The dataset is divided into training and testing data
Training data
Audio files: 6705 audio files in 16 bit stereo wav format sampled at 44.1kHz. They are excerpts of 3 seconds from more than 2000 distinct recordings.
Annotations: The annotation of the predominant instrument of each excerpt is both in the name of the containing folder, and in the file name: cello (cel), clarinet (cla), flute (flu), acoustic guitar (gac), electric guitar (gel), organ (org), piano (pia), saxophone (sax), trumpet (tru), violin (vio), and human singing voice (voi). The number of files per instrument are: cel(388), cla(505), flu(451), gac(637), gel(760), org(682), pia(721), sax(626), tru(577), vio(580), voi(778).

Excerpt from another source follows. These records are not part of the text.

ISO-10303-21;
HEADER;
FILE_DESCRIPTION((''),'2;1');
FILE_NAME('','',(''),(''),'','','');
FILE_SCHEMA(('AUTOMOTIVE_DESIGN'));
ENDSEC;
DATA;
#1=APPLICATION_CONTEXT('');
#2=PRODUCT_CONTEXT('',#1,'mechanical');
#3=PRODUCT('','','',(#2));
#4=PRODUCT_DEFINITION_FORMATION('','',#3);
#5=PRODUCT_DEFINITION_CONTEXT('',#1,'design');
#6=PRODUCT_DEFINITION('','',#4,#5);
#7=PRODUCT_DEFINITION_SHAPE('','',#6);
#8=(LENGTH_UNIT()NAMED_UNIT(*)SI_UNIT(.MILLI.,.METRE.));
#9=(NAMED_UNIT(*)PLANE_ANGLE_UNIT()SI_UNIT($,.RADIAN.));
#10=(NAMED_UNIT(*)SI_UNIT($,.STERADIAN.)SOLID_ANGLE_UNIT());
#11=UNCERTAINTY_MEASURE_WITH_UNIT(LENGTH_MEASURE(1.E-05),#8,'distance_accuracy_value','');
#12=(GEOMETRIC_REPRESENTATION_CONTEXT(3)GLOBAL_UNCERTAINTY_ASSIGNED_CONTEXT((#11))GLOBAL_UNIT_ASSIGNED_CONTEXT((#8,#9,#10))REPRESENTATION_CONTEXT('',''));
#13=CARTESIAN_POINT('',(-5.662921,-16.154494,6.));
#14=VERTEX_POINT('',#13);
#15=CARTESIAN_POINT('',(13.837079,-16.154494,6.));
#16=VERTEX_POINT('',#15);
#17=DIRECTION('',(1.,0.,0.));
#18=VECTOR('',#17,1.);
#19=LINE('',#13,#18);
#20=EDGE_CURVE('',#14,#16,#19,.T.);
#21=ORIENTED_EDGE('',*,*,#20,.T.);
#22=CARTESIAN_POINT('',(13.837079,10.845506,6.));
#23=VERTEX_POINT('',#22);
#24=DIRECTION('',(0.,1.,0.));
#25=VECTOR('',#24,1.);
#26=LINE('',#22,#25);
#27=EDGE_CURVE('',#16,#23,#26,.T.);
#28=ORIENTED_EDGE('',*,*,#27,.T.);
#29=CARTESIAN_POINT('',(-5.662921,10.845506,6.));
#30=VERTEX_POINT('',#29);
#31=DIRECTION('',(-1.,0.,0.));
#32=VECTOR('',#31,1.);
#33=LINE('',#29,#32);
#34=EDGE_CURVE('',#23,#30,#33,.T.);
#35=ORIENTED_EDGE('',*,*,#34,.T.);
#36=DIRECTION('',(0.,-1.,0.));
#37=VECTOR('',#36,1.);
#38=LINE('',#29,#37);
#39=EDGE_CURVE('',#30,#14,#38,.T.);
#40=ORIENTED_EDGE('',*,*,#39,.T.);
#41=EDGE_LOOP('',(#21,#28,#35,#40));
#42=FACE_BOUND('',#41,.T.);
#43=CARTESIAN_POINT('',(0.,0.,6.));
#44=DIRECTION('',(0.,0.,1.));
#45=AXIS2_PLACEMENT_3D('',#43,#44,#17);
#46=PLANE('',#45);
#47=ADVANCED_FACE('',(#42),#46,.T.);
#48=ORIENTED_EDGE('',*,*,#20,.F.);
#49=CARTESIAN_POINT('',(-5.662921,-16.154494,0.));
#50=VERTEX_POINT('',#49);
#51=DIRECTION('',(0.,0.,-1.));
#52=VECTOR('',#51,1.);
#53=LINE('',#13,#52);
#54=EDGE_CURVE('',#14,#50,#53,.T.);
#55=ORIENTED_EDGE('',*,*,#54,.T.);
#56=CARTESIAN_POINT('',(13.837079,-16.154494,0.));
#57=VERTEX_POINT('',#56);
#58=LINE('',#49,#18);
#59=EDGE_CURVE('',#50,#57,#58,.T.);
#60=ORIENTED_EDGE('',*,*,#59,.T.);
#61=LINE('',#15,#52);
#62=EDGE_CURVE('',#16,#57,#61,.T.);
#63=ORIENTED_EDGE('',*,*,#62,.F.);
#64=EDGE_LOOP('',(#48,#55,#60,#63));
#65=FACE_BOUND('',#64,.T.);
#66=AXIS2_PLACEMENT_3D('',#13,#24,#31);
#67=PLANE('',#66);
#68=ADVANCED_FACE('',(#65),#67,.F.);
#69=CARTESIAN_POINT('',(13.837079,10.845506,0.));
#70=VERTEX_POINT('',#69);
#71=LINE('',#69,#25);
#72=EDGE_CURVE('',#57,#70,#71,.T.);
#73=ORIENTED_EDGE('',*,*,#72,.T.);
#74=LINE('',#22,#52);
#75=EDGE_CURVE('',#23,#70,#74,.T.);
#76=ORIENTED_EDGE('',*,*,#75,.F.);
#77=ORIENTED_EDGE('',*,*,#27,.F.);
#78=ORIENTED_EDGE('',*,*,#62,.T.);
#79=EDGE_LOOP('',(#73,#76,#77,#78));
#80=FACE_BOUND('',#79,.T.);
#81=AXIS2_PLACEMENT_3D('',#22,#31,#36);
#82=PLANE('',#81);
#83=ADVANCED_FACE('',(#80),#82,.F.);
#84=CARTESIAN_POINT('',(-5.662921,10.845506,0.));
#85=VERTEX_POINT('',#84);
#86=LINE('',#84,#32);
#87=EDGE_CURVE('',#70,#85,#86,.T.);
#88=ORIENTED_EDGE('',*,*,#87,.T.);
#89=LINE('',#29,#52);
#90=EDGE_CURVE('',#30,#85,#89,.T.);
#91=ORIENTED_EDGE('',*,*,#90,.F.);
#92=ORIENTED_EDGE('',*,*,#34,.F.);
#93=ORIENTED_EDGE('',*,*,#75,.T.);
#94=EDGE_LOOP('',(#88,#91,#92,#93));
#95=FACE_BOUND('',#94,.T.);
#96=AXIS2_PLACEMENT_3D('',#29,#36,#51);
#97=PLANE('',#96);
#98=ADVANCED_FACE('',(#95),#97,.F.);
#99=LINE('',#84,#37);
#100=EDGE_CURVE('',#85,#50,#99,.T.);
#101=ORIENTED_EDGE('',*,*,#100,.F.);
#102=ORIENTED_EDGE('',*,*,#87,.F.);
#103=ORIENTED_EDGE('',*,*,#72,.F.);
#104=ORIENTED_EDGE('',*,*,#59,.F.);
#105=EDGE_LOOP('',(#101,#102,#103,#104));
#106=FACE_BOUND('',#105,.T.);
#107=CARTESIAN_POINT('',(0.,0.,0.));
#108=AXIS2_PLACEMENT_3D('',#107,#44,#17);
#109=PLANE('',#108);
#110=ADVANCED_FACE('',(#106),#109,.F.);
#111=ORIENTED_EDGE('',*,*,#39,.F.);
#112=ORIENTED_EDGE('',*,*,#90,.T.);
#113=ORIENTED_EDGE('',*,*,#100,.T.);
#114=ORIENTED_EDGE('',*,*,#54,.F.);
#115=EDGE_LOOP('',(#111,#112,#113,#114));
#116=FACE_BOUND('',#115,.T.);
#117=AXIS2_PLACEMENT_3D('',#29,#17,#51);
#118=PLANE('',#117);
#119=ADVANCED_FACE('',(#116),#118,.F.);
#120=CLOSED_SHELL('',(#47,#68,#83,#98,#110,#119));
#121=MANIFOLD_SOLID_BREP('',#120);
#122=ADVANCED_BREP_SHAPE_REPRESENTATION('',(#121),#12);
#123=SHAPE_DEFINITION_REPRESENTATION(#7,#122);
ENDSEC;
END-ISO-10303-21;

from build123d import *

# Parameters (mm, degrees)
ESQUISSE1_W        = 19.5
ESQUISSE1_H        = 27
BOSS_EXTRU_1_DEPTH = 6


with BuildPart() as part:
    # Esquisse1 → Boss.-Extru.1 (new body)
    with BuildSketch(Plane.XY):
        with Locations((4.087078652, -2.654494382)):
            Rectangle(ESQUISSE1_W, ESQUISSE1_H)
    extrude(amount=BOSS_EXTRU_1_DEPTH)


solid = part.part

Additionally, some of the files have annotation in the filename regarding the presence ([dru]) or non presence([nod]) of drums, and the musical genre: country-folk ([cou_fol]), classical ([cla]), pop-rock ([pop-roc]), latin-soul ([lat-sou]).

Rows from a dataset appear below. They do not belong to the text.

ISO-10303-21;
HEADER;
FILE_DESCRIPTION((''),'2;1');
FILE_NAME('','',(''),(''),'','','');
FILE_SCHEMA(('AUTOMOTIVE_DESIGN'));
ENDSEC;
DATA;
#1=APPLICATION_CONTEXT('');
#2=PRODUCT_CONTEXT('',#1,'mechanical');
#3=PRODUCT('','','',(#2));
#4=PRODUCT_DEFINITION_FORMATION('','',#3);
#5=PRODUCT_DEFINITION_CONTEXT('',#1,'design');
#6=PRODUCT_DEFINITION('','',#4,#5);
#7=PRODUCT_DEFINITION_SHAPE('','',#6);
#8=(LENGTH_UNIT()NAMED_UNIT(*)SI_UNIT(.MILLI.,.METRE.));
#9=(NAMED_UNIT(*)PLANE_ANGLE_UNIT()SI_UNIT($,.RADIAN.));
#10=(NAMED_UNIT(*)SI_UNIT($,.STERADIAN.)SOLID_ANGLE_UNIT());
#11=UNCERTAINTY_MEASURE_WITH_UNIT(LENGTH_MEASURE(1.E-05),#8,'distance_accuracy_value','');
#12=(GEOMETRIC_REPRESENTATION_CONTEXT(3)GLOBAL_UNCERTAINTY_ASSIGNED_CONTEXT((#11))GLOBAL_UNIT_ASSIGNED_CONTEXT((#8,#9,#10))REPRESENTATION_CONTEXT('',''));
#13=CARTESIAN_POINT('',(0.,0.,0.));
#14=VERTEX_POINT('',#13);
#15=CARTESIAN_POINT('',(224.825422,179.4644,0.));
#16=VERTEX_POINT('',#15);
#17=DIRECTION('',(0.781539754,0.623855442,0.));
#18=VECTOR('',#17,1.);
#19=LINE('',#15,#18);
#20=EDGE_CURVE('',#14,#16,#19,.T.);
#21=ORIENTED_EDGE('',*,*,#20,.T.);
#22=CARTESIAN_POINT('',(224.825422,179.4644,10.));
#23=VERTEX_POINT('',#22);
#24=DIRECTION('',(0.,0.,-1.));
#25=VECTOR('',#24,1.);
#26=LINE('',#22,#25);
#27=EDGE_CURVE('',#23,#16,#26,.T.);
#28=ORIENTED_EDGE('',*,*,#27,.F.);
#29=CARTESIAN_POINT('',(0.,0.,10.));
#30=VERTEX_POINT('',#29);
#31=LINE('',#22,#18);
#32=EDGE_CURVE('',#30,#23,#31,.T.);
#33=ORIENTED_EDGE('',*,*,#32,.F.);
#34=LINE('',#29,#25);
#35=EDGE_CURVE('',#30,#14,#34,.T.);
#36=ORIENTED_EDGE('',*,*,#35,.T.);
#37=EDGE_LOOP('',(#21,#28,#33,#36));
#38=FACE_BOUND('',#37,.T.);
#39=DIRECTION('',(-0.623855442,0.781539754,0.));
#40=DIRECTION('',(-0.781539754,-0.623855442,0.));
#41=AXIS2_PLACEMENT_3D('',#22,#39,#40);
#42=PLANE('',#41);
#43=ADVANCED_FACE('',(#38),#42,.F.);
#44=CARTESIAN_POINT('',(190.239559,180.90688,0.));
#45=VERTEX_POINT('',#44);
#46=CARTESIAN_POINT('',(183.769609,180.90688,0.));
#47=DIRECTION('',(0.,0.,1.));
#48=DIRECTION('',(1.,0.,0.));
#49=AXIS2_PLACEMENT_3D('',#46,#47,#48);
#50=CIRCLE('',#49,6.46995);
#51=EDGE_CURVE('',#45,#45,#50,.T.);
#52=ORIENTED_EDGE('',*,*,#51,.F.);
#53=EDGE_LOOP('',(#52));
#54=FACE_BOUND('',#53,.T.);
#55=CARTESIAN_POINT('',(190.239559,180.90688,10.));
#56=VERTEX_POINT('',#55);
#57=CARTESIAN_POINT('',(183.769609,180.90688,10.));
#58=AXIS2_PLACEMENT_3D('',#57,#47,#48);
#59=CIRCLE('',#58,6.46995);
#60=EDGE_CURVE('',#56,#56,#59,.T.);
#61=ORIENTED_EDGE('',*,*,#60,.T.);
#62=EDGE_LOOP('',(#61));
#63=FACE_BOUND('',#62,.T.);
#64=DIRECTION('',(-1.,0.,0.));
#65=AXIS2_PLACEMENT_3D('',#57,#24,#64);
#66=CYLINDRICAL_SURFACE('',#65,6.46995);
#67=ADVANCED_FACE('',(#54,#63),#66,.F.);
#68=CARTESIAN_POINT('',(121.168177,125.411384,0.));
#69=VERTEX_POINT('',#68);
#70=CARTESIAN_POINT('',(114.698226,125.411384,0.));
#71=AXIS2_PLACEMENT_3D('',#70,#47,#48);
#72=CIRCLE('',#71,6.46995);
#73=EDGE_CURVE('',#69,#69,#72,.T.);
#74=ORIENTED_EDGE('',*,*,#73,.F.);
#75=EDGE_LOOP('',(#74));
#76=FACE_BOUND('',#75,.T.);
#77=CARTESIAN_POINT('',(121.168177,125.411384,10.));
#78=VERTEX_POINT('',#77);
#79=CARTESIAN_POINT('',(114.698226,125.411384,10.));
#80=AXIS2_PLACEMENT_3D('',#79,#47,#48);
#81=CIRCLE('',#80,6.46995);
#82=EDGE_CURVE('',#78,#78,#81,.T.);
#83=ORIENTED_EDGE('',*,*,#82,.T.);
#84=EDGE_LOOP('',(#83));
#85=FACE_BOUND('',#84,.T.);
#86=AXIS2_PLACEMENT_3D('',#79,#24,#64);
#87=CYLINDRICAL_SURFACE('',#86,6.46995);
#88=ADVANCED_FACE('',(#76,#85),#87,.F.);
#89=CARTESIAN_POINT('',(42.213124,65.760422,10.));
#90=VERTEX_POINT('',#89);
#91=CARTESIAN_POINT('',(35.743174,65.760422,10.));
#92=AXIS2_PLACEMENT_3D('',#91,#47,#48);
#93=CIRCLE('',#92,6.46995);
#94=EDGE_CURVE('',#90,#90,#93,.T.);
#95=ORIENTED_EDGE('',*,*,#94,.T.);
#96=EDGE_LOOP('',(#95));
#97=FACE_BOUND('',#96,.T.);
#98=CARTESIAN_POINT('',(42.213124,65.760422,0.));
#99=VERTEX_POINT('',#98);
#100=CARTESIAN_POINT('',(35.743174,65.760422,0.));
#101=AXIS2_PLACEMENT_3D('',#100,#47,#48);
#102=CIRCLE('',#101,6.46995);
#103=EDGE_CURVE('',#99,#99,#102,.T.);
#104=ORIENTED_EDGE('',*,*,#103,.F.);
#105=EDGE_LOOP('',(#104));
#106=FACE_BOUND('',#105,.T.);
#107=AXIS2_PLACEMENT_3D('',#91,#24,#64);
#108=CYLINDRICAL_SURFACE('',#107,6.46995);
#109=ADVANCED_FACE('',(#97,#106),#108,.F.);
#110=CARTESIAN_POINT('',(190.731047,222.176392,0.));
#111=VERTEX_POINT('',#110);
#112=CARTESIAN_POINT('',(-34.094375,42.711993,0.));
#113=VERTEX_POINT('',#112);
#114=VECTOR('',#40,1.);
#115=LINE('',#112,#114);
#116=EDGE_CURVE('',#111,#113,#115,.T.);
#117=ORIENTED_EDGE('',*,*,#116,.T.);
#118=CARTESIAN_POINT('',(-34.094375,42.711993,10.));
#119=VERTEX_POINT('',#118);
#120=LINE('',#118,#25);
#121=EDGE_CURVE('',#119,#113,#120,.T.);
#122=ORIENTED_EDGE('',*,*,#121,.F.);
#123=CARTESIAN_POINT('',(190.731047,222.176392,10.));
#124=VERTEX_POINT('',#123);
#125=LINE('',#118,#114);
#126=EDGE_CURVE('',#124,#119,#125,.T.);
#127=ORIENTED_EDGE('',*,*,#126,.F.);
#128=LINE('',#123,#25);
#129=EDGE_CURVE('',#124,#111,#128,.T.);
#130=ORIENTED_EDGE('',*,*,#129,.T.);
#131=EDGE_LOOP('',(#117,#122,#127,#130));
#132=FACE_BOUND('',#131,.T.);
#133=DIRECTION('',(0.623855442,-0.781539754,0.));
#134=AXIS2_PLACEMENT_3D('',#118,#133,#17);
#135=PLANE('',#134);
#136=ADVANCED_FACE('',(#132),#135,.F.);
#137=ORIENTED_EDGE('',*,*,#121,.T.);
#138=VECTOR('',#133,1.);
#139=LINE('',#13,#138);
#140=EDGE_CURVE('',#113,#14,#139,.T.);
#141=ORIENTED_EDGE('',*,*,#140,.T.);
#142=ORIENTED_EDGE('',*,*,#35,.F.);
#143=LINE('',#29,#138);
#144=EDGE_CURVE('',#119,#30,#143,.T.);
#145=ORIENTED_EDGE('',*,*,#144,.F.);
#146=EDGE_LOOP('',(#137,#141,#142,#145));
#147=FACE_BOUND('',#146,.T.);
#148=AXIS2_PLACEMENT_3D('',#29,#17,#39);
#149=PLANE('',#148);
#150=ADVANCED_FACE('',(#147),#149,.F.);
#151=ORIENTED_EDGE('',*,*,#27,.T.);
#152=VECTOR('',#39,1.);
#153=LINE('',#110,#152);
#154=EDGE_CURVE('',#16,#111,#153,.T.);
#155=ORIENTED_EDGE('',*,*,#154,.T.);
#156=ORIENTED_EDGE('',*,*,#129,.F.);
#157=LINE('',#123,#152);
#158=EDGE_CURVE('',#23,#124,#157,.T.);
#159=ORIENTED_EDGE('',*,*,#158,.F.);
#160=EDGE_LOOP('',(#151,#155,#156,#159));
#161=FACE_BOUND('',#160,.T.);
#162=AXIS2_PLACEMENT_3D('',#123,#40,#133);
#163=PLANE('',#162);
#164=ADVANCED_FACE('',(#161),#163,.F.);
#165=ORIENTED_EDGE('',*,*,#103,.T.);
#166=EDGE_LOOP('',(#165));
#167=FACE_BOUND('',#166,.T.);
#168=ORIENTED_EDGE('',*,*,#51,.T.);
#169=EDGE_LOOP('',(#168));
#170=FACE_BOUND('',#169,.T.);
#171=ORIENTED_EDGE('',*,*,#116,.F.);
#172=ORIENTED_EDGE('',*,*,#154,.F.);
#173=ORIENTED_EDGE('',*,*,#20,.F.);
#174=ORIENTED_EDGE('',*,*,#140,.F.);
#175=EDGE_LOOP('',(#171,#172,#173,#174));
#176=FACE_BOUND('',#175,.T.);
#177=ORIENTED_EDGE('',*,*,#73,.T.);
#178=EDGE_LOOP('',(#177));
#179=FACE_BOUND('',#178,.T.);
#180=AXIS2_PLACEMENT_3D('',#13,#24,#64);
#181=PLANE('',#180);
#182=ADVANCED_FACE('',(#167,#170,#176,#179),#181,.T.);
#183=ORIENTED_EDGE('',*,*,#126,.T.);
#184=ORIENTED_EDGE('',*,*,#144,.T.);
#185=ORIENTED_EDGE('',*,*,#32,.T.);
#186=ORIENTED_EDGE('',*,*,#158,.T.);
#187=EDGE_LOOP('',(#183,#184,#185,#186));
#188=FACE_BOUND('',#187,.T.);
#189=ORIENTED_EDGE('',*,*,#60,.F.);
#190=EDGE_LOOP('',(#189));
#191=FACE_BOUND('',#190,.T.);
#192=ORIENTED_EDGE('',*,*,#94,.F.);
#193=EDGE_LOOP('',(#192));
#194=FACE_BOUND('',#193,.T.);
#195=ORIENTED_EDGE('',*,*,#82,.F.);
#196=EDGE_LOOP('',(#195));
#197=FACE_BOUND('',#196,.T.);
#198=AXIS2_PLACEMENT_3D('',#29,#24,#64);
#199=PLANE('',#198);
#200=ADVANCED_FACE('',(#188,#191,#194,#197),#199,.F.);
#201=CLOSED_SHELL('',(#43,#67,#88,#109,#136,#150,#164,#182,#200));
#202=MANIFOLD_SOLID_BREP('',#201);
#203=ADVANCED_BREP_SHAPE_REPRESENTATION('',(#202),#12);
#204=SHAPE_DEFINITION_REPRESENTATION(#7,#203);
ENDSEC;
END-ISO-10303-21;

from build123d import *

# Parameters (mm, degrees)
SKETCH1_R           = 6.469950333
BOSS_EXTRUDE1_DEPTH = 10


with BuildPart() as part:
    # Sketch1 → Boss-Extrude1 (new body)
    with BuildSketch(Plane.XY):
        Polygon((0, 0), (-34.094374575, 42.711992732), (190.731046947, 222.176392423), (224.825421522, 179.464399691), align=None)
        with Locations((35.743173778, 65.760421737)):
            Circle(SKETCH1_R, mode=Mode.SUBTRACT)
        with Locations((114.698226452, 125.411384111)):
            Circle(SKETCH1_R, mode=Mode.SUBTRACT)
        with Locations((183.769608582, 180.906879578)):
            Circle(SKETCH1_R, mode=Mode.SUBTRACT)
    extrude(amount=BOSS_EXTRUDE1_DEPTH)


solid = part.part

These data include music from the actual and various decades from the past century, thus differing in audio quality to a great extent. It further covers a great variability in the musical instrument types, performers, articulations, as well as general recording and production styles. In addition, we tried to maximize the distribution spread of musical genres inside the collection to prevent the extraction of information related to genre characteristics. Two students were paid to obtain the data for 11 pitched instruments from the pre-selected music tracks, with the objective of extracting excerpts containing a continuous presence of a single predominant target instrument. Hence, assigning more than one instrument to a given excerpt was not allowed.
Testing data
Audio: 2874 excerpts in 16 bit stereo wav format sampled at 44.1kHz.
Annotation files:
The annotations for an excerpt named: “excerptName.wav” are given in “excerptName.txt”. More than one instrument may be annotated in each excerpt, one label per line.

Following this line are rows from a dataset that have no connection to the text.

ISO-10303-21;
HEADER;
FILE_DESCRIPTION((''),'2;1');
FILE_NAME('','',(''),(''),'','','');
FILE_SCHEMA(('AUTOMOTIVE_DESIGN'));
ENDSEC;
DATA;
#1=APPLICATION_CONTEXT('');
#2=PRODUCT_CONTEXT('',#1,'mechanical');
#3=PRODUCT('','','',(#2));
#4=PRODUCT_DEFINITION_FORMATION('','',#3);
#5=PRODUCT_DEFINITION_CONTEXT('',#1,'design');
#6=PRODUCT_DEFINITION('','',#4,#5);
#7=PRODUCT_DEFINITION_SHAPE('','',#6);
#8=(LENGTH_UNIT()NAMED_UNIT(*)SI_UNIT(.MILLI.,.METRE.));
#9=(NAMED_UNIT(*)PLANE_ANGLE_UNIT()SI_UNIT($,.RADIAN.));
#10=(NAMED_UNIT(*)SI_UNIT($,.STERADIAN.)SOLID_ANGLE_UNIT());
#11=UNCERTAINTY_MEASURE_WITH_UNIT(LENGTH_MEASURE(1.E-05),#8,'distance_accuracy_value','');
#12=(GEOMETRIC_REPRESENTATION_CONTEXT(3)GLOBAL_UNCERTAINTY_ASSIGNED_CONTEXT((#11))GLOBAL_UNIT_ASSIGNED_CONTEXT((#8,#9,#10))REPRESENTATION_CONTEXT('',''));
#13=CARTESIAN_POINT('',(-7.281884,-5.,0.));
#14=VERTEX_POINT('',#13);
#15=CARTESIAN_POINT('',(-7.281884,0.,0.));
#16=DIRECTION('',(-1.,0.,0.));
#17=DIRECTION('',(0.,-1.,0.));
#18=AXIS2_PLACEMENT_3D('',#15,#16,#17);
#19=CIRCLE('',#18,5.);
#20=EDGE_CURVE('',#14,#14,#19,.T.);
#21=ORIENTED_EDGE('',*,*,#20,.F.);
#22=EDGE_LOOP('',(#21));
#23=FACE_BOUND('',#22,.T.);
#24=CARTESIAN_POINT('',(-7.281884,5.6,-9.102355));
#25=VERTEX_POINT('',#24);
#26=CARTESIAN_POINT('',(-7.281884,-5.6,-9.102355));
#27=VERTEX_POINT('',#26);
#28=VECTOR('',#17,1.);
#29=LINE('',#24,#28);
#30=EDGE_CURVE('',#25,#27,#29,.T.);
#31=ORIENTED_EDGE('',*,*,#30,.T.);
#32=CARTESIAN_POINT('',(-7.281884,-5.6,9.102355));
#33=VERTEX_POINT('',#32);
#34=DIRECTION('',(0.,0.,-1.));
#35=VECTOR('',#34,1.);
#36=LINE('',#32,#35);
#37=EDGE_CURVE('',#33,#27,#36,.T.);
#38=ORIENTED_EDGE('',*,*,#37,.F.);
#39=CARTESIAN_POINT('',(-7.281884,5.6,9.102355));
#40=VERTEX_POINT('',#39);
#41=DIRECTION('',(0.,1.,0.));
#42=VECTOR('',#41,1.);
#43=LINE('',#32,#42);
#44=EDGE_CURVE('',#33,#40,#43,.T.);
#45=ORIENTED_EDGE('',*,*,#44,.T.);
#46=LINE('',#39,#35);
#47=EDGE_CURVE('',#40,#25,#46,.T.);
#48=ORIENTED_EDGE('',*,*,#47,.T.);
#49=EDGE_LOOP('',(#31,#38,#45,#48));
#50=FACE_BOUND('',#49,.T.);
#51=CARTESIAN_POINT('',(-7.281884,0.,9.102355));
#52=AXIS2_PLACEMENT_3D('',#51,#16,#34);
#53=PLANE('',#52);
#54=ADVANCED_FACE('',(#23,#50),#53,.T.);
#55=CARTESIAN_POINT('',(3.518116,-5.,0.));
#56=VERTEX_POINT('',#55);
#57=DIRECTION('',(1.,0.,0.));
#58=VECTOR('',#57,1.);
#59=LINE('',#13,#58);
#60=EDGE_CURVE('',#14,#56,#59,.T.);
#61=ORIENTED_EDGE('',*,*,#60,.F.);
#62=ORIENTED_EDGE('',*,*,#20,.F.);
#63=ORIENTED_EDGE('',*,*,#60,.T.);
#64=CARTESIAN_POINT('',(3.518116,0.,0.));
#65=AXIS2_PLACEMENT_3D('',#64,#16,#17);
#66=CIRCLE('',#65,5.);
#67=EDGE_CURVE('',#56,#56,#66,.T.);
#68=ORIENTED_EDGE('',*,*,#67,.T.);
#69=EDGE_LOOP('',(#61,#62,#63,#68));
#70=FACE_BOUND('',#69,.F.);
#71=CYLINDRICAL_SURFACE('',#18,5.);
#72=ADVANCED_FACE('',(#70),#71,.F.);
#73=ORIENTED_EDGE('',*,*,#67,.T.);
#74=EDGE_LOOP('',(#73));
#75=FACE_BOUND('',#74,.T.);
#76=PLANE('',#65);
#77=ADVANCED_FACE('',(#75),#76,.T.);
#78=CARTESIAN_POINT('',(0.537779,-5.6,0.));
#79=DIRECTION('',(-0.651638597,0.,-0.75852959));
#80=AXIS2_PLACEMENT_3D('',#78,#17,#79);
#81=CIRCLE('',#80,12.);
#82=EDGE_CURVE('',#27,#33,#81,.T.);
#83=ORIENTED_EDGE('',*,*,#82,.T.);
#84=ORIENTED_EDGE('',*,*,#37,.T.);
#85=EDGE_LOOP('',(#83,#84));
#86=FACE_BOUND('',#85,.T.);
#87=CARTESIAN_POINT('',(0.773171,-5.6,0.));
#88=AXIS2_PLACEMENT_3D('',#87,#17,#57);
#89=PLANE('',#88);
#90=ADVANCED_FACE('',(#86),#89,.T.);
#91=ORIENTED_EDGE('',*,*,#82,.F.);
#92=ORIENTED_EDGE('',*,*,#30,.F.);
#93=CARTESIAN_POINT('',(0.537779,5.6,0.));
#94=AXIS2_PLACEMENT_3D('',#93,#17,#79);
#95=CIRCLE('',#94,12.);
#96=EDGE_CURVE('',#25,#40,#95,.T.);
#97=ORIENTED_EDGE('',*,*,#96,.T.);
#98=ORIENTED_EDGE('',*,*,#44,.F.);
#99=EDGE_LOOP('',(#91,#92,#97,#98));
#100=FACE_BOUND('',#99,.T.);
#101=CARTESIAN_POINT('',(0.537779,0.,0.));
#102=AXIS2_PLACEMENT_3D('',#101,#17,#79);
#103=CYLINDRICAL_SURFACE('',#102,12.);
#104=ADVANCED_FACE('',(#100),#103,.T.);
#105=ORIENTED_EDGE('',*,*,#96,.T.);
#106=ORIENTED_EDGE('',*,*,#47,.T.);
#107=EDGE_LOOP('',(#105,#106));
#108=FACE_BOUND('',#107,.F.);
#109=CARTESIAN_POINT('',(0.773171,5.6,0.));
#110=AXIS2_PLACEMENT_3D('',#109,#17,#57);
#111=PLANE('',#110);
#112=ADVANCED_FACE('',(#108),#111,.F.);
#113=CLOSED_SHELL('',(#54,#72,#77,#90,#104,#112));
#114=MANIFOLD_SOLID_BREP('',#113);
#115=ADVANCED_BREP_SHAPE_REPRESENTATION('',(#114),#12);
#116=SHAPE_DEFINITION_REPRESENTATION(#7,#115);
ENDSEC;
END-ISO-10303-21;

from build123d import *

# Parameters (mm, degrees)
F1_DEPTH = 5.6
F2_R     = 5
F3_DEPTH = 10.8


with BuildPart() as f1:
    # F0 (on Front) → F1 (new body, symmetric)
    with BuildSketch(Plane.XZ):
        with BuildLine():
            Line((-7.281884, 9.102355), (-7.281884, -9.102355))
            ThreePointArc((-7.281884, -9.102355), (12.537779, 0), (-7.281884, 9.102355))
        make_face()
    extrude(amount=F1_DEPTH, both=True)

    # F2 (on face) → F3 (cut)
    with BuildSketch(Plane(origin=(-7.281884, 0, 0), x_dir=(0, -1, 0), z_dir=(-1, 0, 0))):
        Circle(F2_R)
    extrude(amount=-F3_DEPTH, mode=Mode.SUBTRACT)


solid = f1.part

This part of the dataset contains excerpts from a diversity of western musical genres, with varied instrumentations, and it is derived from the original testing dataset from Fuhrmann (http://www.dtic.upf.edu/~ffuhrmann/PhD//). No tracks from the training data were included in the dataset. Two subjects were paid for annotating half of the collection. After completion, the data was swapped among the subjects in order to double-check the annotation. Moreover the generated annotations were reviewed by a third person to guarantee maximum possible correctness of the data. 10 initially selected pieces were discarded after this process because they were too difficult to get enough agreement.
To build the IRMAS dataset, we divided each file from the original dataset into excerpts, which have the following properties: 1) the annotated instruments are the same in the whole excerpt, 2) the length is between 5 and 20 seconds, and 3) the excerpts are stereo. The first property allows us to disregard segmentation according to the instrumentation into the recognition evaluation, since the presence of instruments typically changes amongst or even within sections of a music piece. The second property ensures that the instrument labeling process has enough information to output the labels with a certain confidence. The third property corresponds to the use case of interest: professionally produced music recordings, in stereo format. Compared to the original dataset, we include only the annotations of the considered pitched instruments: cello (cel), clarinet (cla), flute (flu), acoustic guitar (gac), electric guitar (gel), organ (org), piano (pia), saxophone (sax), trumpet (tru), violin (vio), and human singing voice (voi). Other instruments such as bass, percussion or sections such as brass or strings are thus not included in the annotations.